# Work instructions
Go to the line below containing "v41 (129.903811,0,-75)" and print exactly from there through the line containing "e52 v43 v38 LINE", both included. Print nothing else.
Extracted entries section start
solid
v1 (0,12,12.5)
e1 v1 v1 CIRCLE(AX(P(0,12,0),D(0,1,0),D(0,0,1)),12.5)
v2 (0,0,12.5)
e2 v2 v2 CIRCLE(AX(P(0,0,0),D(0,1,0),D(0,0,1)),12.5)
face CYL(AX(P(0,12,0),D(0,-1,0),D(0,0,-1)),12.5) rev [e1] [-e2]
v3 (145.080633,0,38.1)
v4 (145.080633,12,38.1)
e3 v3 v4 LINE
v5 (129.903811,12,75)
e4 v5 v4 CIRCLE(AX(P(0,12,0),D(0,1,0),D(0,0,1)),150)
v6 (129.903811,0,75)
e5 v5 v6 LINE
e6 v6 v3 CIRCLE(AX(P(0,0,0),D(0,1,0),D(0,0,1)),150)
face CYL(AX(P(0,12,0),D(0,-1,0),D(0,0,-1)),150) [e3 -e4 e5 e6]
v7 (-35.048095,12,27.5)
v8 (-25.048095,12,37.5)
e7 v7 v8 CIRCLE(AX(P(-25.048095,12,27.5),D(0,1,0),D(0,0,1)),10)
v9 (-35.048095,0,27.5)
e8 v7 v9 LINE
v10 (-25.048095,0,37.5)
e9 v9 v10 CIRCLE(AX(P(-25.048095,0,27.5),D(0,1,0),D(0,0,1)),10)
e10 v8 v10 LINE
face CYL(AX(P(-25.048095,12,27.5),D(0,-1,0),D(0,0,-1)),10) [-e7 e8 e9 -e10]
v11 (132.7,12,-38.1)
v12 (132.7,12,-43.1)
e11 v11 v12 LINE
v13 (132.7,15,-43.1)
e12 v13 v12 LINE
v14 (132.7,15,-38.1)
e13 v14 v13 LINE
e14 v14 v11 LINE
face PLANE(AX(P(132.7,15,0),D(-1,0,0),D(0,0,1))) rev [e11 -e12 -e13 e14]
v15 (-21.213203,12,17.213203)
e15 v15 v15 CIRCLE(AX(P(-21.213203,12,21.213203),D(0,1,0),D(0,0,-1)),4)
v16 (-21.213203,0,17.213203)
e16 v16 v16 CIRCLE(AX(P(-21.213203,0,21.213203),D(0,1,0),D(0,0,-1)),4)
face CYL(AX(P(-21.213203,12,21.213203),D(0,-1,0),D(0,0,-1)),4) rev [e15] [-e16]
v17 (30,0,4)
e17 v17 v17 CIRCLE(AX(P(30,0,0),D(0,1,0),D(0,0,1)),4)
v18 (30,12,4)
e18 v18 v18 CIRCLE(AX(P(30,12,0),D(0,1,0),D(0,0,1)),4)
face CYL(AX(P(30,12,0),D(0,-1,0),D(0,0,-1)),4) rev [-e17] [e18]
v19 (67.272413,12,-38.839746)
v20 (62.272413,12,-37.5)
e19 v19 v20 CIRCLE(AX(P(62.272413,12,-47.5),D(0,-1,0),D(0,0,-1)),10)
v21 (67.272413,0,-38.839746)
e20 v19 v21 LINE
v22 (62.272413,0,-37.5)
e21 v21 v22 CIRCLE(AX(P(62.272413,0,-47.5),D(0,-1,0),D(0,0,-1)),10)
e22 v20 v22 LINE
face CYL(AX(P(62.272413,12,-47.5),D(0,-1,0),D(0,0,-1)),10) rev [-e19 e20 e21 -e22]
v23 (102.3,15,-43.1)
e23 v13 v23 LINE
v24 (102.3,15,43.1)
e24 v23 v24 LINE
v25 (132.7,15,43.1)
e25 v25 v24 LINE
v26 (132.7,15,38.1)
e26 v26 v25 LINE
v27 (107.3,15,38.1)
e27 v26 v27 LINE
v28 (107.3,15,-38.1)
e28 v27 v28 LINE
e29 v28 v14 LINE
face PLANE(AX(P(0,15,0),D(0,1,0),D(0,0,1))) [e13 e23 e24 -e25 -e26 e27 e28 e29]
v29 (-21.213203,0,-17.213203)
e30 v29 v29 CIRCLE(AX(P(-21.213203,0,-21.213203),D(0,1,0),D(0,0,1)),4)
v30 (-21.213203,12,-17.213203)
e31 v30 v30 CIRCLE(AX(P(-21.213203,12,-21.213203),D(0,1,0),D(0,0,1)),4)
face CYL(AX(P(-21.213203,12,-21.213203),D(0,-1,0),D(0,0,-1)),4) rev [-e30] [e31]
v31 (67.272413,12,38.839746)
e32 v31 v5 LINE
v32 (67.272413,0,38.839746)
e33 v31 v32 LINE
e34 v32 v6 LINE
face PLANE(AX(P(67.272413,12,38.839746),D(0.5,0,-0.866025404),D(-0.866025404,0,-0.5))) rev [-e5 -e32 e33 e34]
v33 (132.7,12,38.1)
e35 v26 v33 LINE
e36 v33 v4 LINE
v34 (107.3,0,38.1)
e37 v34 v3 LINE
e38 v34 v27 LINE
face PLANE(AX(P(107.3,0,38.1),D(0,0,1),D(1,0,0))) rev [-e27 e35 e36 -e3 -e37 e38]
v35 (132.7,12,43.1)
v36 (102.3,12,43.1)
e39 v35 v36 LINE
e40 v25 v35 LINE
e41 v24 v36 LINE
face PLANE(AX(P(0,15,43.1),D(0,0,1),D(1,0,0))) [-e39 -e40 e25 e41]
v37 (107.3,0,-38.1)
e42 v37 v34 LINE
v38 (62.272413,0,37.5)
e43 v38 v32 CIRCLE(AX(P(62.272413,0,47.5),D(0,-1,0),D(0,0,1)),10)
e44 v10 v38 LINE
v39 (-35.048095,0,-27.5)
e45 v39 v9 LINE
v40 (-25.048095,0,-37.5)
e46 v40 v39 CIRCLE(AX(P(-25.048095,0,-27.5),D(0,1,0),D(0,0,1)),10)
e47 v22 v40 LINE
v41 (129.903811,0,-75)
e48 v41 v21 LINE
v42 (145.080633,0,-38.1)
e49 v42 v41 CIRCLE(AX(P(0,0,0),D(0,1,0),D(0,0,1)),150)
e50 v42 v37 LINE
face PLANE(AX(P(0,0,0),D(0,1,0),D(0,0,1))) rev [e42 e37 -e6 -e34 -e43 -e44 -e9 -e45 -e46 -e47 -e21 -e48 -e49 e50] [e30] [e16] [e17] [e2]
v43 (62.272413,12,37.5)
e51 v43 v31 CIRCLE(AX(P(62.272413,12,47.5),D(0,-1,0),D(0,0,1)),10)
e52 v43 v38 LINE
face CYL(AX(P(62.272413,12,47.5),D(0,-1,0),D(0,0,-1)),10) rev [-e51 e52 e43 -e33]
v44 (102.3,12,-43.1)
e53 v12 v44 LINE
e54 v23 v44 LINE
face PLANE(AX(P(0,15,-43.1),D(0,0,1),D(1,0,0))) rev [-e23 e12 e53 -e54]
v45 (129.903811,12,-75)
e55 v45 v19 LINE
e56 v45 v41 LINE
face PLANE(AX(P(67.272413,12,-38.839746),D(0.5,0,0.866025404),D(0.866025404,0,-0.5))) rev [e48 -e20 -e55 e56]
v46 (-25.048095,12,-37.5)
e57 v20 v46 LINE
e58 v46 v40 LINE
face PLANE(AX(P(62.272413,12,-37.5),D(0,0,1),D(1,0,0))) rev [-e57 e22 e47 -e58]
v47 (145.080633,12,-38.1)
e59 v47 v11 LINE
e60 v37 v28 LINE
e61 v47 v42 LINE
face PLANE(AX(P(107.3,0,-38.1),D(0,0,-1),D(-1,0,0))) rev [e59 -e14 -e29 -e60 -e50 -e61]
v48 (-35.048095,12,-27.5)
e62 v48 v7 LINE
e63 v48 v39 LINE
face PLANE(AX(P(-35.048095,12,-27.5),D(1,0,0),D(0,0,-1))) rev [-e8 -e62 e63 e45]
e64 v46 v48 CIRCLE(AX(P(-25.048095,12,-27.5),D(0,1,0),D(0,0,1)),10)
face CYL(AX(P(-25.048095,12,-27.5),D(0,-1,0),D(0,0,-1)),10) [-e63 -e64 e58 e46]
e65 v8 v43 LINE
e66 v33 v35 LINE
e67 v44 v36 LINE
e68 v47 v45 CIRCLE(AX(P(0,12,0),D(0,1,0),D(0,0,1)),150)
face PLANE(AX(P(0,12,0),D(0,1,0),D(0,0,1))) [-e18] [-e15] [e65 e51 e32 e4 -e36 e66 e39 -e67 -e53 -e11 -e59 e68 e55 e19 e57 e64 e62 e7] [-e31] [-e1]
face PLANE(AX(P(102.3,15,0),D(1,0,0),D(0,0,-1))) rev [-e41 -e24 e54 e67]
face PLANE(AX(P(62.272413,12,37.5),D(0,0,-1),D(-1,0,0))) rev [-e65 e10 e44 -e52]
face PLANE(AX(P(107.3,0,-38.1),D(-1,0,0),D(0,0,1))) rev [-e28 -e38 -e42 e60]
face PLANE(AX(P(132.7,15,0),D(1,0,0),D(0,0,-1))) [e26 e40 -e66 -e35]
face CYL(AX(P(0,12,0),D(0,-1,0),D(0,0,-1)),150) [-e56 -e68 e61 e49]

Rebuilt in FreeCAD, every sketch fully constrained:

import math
import FreeCAD as App
import Part
import Sketcher
Q = App.Units.Quantity

doc = App.newDocument("Part")
body = doc.addObject("PartDesign::Body", "Body")

# Sketch on XZ plane
sketch1 = body.newObject("Sketcher::SketchObject", "Sketch")
sketch1.AttachmentSupport = (doc.getObject("XZ_Plane"), [""])
sketch1.MapMode = "FlatFace"
sketch1.addGeometry([
    Part.LineSegment(App.Vector(129.903811, -75, 0), App.Vector(67.272413, -38.839746, 0)),  # 0
    Part.ArcOfCircle(Part.Circle(App.Vector(62.272413, -47.5, 0), App.Vector(0, 0, 1), 10), math.radians(60), math.radians(90)),  # 1
    Part.LineSegment(App.Vector(62.272413, -37.5, 0), App.Vector(-25.048095, -37.5, 0)),  # 2
    Part.ArcOfCircle(Part.Circle(App.Vector(-25.048095, -27.5, 0), App.Vector(0, 0, 1), 10), math.radians(180), math.radians(270)),  # 3
    Part.LineSegment(App.Vector(-35.048095, -27.5, 0), App.Vector(-35.048095, 27.5, 0)),  # 4
    Part.ArcOfCircle(Part.Circle(App.Vector(-25.048095, 27.5, 0), App.Vector(0, 0, 1), 10), math.radians(90), math.radians(180)),  # 5
    Part.LineSegment(App.Vector(-25.048095, 37.5, 0), App.Vector(62.272413, 37.5, 0)),  # 6
    Part.ArcOfCircle(Part.Circle(App.Vector(62.272413, 47.5, 0), App.Vector(0, 0, 1), 10), math.radians(-90), math.radians(-60)),  # 7
    Part.LineSegment(App.Vector(67.272413, 38.839746, 0), App.Vector(129.903811, 75, 0)),  # 8
    Part.ArcOfCircle(Part.Circle(App.Vector(0, 0, 0), App.Vector(0, 0, 1), 150), math.radians(-30), math.radians(30)),  # 9
    Part.Circle(App.Vector(-21.213203, 21.213203, 0), App.Vector(0, 0, 1), 4),  # 10
    Part.Circle(App.Vector(30, 0, 0), App.Vector(0, 0, 1), 4),  # 11
    Part.Circle(App.Vector(0, 0, 0), App.Vector(0, 0, 1), 12.5),  # 12
    Part.Circle(App.Vector(-21.213203, -21.213203, 0), App.Vector(0, 0, 1), 4),  # 13
], False)
sketch1.addConstraint([
    Sketcher.Constraint("Tangent", 0, 2, 1, 1),
    Sketcher.Constraint("Tangent", 1, 2, 2, 1),
    Sketcher.Constraint("Tangent", 2, 2, 3, 2),
    Sketcher.Constraint("Tangent", 3, 1, 4, 1),
    Sketcher.Constraint("Tangent", 4, 2, 5, 2),
    Sketcher.Constraint("Tangent", 5, 1, 6, 1),
    Sketcher.Constraint("Tangent", 6, 2, 7, 1),
    Sketcher.Constraint("Tangent", 7, 2, 8, 1),
    Sketcher.Constraint("Coincident", 8, 2, 9, 2),
    Sketcher.Constraint("Coincident", 9, 1, 0, 1),
    Sketcher.Constraint("Horizontal", 2),
    Sketcher.Constraint("Vertical", 4),
    Sketcher.Constraint("Horizontal", 6),
    Sketcher.Constraint("Coincident", 9, 3, -1, 1),
    Sketcher.Constraint("Coincident", 12, 3, -1, 1),
    Sketcher.Constraint("Equal", 1, 3),
    Sketcher.Constraint("Equal", 3, 5),
    Sketcher.Constraint("Equal", 5, 7),
    Sketcher.Constraint("Equal", 10, 11),
    Sketcher.Constraint("Equal", 11, 13),
    Sketcher.Constraint("Symmetric", 1, 3, 7, 3, -1),
    Sketcher.Constraint("Symmetric", 10, 3, 13, 3, -1),
    Sketcher.Constraint("PointOnObject", 11, 3, -1),
    Sketcher.Constraint("Vertical", 0, 2, 7, 2),
    Sketcher.Constraint("Diameter", 10, 8.0),
    Sketcher.Constraint("Diameter", 12, 25.0),
    Sketcher.Constraint("Radius", 1, 10.0),
    Sketcher.Constraint("Radius", 9, 150.0),
    Sketcher.Constraint("DistanceY", 4, 1, 4, 2, 55.0),
    Sketcher.Constraint("Angle", 0, Q("150 deg")),
    Sketcher.Constraint("DistanceX", -1, 1, 11, 3, 30.0),
    Sketcher.Constraint("DistanceY", -1, 1, 8, 2, 75.0),
    Sketcher.Constraint("DistanceX", 2, 2, 2, 1, 87.320508),
    Sketcher.Constraint("DistanceX", 5, 3, 10, 3, 3.834891),
    Sketcher.Constraint("DistanceY", -1, 1, 10, 3, 21.213203),
])
pad1 = body.newObject("PartDesign::Pad", "Pad")
pad1.Profile = sketch1
pad1.Length = 12
pad1.Reversed = True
Extracted entries section end
# Solution to this problem
v41 (129.903811,0,-75)
e48 v41 v21 LINE
v42 (145.080633,0,-38.1)
e49 v42 v41 CIRCLE(AX(P(0,0,0),D(0,1,0),D(0,0,1)),150)
e50 v42 v37 LINE
face PLANE(AX(P(0,0,0),D(0,1,0),D(0,0,1))) rev [e42 e37 -e6 -e34 -e43 -e44 -e9 -e45 -e46 -e47 -e21 -e48 -e49 e50] [e30] [e16] [e17] [e2]
v43 (62.272413,12,37.5)
e51 v43 v31 CIRCLE(AX(P(62.272413,12,47.5),D(0,-1,0),D(0,0,1)),10)
e52 v43 v38 LINE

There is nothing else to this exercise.